Upon my return to the Agency I came from, I was given little or no tasking, and things I had done unsupervised or as a lead were no longer a lead, but a menial series of tasks, that either no one wanted to do, did not have time to do, or did not want to do. All tasks I performed were done under supervision, met with extreme criticism, review of efforts, and no support, with greater allowances and excuses for those whom chose not to respond until past the deadline. Reviews of completed work often came weeks or months after the completion of the task and always seemed to have to be redone, when they same formats and data of the reports had received comments like innovative, excellent work, or superior technical analysis.

I have seen where the Department of Labor and EEOC states there is no discrimination based upon gender identity but there is no regulation or Code of Federal Regulation to back that up. There are several executive orders and court cases, as well as the Office of Personnel Management; there is little of no specific training on LGBT, unless you wish to count the umbrella term “Diversity”, no training clearly spells this out. Take this coupled with the statement on USA Jobs, there is a gap the size of the Marianas trench on actual policy, which leads a great deal of discriminatory practices, it is no wonder the employees can do or say what they want.
There have been no changes to the health insurance, they still discriminate, on surgery, hormones, and counseling, they say they will provide you with a “CARRY” letter that the insurance co must accept required testing if that part of your other gender is present, and treat you as your new gender. It does not work, they have refused to pay for many visits and tests, stating that is because I am transgender. Other circumstances can only compare the mindset pre civil rights or women’s suffrage, to utilize as a comparison.
Even the Lawyer representing the Agency referred to me as he, she, it, madam, Miss, Sir, Mister, even stating well have you had the final surgery. She even on record stated this was her first case like this, she had no prior experience, and no guidance since I was the first transgendered person she had ever met or had to work on the complaint with.

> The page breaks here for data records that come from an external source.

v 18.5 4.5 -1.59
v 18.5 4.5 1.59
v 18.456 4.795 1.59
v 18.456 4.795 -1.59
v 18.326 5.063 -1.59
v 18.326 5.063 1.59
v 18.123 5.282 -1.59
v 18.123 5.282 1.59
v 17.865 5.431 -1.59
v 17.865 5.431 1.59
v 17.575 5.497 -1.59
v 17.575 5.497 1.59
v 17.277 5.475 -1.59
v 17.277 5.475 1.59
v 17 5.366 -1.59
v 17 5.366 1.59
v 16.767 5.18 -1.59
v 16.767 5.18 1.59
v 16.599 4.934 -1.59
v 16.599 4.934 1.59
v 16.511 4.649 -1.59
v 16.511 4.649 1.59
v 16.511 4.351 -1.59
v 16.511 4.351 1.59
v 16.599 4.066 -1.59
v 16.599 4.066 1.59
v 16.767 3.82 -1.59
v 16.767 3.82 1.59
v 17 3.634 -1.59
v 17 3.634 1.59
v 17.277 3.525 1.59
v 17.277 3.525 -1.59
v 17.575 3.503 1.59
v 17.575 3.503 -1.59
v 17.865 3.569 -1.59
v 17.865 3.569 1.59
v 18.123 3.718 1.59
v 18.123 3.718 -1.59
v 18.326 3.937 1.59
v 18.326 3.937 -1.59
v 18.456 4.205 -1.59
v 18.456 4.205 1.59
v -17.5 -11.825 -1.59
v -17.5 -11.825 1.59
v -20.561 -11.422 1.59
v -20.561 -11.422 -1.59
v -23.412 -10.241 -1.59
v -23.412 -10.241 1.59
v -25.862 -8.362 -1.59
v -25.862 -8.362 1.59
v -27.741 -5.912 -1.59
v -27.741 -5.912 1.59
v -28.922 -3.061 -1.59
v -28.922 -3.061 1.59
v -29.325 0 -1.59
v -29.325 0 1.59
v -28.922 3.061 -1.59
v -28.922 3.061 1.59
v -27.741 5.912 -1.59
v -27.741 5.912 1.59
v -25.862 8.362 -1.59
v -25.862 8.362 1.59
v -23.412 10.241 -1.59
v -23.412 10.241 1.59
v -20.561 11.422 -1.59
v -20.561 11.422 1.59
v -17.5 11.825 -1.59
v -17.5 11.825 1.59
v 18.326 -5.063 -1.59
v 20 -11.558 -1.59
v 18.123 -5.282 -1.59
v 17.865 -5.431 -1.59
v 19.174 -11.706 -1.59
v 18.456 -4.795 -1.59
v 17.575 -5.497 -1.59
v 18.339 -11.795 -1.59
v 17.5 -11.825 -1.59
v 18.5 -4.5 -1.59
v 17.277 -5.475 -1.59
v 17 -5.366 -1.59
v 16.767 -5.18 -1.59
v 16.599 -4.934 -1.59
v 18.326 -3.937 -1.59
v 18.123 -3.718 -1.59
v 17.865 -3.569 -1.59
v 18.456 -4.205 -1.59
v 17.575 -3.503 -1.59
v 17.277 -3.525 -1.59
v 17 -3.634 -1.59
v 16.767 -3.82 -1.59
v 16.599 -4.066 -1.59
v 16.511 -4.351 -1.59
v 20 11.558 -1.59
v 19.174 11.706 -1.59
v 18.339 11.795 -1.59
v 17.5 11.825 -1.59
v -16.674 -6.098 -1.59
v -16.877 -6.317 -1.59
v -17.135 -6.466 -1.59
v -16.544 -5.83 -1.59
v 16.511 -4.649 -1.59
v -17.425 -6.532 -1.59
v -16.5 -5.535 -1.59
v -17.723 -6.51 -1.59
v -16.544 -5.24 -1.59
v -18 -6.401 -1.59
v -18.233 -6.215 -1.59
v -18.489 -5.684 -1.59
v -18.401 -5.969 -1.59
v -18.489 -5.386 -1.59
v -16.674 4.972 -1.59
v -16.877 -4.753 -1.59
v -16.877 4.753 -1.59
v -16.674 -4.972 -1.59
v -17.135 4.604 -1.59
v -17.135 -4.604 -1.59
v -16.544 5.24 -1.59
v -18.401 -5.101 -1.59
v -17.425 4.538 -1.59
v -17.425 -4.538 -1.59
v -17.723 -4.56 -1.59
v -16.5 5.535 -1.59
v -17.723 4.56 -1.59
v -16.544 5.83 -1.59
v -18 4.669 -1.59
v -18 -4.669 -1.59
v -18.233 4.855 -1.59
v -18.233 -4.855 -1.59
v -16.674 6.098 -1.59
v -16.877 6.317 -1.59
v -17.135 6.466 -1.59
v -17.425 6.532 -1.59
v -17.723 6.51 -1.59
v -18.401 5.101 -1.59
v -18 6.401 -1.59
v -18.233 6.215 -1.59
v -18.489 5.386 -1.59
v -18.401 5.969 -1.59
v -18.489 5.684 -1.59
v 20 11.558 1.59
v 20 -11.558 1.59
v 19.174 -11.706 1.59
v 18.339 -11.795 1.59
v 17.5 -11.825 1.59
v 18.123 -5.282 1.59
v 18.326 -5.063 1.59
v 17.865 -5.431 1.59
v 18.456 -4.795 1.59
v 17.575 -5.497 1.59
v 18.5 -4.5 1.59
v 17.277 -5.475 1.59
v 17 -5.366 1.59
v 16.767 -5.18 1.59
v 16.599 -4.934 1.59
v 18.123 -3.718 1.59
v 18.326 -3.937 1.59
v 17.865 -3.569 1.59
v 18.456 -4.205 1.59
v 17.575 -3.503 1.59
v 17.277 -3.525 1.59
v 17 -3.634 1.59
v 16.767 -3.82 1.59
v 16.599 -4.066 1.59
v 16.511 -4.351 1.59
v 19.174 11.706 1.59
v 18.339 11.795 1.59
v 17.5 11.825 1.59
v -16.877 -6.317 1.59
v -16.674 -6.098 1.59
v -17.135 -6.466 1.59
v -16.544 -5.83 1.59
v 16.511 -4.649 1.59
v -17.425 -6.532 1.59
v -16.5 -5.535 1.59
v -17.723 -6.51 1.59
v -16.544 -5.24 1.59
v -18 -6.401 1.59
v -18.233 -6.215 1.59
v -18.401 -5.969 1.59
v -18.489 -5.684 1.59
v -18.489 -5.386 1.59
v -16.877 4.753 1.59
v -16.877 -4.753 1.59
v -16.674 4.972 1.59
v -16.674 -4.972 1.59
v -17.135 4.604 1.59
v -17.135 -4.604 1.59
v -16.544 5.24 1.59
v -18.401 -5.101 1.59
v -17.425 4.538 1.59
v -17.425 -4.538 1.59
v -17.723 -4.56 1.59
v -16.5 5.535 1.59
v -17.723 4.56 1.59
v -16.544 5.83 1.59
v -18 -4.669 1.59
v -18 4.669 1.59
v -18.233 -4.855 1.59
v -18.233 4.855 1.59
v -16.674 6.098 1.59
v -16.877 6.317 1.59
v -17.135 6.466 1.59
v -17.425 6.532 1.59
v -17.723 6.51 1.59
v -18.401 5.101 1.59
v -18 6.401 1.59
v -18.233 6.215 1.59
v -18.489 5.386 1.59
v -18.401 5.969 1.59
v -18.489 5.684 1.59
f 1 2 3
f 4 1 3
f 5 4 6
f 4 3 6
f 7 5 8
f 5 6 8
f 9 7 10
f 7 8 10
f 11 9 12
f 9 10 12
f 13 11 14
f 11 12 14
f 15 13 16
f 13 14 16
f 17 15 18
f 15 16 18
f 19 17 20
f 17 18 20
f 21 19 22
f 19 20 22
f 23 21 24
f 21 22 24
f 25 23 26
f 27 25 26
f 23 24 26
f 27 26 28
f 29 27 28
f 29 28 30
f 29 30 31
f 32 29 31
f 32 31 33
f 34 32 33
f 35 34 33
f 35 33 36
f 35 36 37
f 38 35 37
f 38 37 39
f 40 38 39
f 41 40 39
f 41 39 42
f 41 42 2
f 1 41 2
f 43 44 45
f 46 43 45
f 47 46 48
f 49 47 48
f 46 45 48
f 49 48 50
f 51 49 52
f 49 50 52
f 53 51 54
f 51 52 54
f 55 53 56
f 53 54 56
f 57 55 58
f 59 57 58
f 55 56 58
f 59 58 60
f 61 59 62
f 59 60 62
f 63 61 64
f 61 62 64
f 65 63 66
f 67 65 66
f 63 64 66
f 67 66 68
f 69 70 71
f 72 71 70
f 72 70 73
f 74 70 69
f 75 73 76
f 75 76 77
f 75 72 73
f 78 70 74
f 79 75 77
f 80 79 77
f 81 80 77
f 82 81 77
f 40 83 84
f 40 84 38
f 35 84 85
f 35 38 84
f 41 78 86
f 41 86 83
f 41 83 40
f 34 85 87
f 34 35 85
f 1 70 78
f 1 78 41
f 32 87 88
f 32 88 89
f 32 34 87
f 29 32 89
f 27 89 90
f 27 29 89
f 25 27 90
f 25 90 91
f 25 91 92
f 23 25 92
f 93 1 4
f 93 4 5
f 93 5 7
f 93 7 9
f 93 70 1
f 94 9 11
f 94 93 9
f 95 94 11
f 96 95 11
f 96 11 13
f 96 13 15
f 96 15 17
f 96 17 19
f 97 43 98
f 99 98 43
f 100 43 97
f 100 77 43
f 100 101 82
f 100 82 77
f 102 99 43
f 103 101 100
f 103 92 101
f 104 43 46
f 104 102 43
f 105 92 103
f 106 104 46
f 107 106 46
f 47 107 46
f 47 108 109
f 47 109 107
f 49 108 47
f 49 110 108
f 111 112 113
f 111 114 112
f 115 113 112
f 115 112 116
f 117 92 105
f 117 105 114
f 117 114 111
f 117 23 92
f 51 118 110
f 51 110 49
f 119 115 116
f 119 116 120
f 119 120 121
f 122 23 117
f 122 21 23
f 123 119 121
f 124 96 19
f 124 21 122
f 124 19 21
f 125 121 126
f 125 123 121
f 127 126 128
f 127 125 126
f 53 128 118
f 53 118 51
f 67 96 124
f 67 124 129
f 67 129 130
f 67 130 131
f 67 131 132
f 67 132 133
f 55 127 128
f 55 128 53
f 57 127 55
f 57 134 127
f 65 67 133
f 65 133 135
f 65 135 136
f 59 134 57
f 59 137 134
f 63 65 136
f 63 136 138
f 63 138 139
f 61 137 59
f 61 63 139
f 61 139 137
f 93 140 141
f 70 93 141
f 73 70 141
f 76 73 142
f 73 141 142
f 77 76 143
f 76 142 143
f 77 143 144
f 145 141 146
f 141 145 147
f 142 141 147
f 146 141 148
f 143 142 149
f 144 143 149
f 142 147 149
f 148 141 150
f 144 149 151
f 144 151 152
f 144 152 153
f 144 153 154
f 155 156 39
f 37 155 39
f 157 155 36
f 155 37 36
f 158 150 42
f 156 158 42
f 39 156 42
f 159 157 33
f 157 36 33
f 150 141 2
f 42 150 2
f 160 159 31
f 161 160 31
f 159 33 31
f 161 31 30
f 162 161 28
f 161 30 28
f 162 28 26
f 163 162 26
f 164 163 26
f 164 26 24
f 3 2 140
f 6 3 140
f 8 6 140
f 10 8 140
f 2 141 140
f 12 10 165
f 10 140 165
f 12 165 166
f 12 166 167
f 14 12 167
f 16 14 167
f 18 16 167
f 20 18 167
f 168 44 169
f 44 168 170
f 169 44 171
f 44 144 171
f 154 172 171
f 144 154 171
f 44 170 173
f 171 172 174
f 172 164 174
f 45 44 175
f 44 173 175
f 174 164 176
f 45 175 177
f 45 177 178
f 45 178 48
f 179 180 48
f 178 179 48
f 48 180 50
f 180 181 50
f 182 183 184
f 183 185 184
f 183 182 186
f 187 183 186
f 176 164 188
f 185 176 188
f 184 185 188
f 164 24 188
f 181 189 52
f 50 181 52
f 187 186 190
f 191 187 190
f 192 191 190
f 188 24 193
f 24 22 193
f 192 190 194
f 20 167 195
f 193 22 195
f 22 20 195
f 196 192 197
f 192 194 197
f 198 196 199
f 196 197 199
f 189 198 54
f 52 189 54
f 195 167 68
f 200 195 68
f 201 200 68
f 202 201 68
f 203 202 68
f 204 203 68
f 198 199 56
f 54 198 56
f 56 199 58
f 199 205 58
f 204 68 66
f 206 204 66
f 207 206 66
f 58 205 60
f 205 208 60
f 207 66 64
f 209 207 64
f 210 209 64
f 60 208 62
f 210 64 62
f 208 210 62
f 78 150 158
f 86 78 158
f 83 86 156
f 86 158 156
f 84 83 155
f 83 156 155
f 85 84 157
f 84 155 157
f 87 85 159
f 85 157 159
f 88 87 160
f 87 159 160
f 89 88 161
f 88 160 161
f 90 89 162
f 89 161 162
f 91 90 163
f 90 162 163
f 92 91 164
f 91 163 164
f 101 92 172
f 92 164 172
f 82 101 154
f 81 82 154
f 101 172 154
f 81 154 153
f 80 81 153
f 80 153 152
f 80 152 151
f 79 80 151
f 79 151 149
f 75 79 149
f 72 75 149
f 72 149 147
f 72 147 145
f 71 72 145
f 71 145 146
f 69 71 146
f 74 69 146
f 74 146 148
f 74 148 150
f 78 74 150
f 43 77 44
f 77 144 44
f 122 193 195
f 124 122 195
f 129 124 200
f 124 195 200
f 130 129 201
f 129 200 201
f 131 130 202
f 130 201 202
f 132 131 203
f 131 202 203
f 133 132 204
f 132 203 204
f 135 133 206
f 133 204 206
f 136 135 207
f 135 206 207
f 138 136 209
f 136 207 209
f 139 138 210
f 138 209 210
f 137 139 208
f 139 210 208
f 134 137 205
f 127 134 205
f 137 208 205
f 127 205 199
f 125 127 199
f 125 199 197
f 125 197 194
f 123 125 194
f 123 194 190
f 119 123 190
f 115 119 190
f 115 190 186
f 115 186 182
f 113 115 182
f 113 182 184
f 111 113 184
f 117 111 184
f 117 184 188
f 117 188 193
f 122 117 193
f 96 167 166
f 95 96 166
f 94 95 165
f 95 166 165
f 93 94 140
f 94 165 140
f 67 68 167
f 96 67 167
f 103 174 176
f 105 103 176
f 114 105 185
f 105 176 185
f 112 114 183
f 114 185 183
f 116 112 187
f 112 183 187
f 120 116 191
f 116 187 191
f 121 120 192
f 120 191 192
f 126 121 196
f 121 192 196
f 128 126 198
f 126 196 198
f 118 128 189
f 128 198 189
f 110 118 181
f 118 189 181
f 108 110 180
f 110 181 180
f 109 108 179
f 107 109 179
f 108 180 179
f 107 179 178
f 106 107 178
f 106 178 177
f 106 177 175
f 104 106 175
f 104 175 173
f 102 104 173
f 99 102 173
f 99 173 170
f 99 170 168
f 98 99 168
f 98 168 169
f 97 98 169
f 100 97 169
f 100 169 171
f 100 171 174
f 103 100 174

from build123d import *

# Parameters (mm, degrees)
BOSS_EXTRUDE1_DEPTH = 1.59
SKETCH4_R           = 1
CUT_EXTRUDE1_DEPTH  = 10
SKETCH5_R           = 1
CUT_EXTRUDE2_DEPTH  = 32.778902593


with BuildPart() as part:
    # Sketch3 → Boss-Extrude1 (new, symmetric)
    with BuildSketch(Plane.XY):
        with BuildLine():
            Line((-17.5, 11.825), (17.5, 11.825))
            ThreePointArc((17.5, 11.825), (29.325, 0), (17.5, -11.825))
            Line((17.5, -11.825), (-17.5, -11.825))
            ThreePointArc((-17.5, -11.825), (-29.325, 0), (-17.5, 11.825))
        make_face()
    extrude(amount=BOSS_EXTRUDE1_DEPTH, both=True)

    # Sketch4 → Cut-Extrude1 (cut)
    with BuildSketch(Plane.XY.offset(1.59)):
        with Locations((-17.5, 5.535)):
            Circle(SKETCH4_R)
        with Locations((-17.5, -5.535)):
            Circle(SKETCH4_R)
    extrude(amount=-CUT_EXTRUDE1_DEPTH, mode=Mode.SUBTRACT)

    # Sketch5 → Cut-Extrude2 (cut, through all)
    with BuildSketch(Plane.XY.offset(1.59)):
        with Locations((17.5, 4.5)):
            Circle(SKETCH5_R)
        with Locations((17.5, -4.5)):
            Circle(SKETCH5_R)
        with BuildLine():
            Line((20, 11.557708467), (20, -11.557708467))
            ThreePointArc((20, -11.557708467), (29.325, 0), (20, 11.557708467))
        make_face()
    extrude(amount=-CUT_EXTRUDE2_DEPTH, mode=Mode.SUBTRACT)


solid = part.part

The impact to me has been devastating professionally, but I am a strong person and look for the blessings each day of being on this journey.

The Employment Equal Opportunity office investigation against the harassment and hostile work environment have no results over a year and a half after the incident occurred, and the Federal EEOC investigation against the Business contracted to perform work, and does have a non-discrimination policy for LGBT, and even the Office of Special Council for the federal government have yet to resolve any portion(s) of the complaints, all is still on-going, and the EEO is now approaching 300 days and there is no word on the status, there has been a fact finding, there has not been any other guidance, and the Investigator in the Fact Finding allowed his bigoted prejudicial item to be shown , and even after asking questions to the management, and managements witnesses limited, restricted and censored the same comments from the witness we provided.


What about the fact the Commission on civil rights addressed congress last week regarding the issue of rape and sexual assault in the military. Will all the victims finally get their justice?!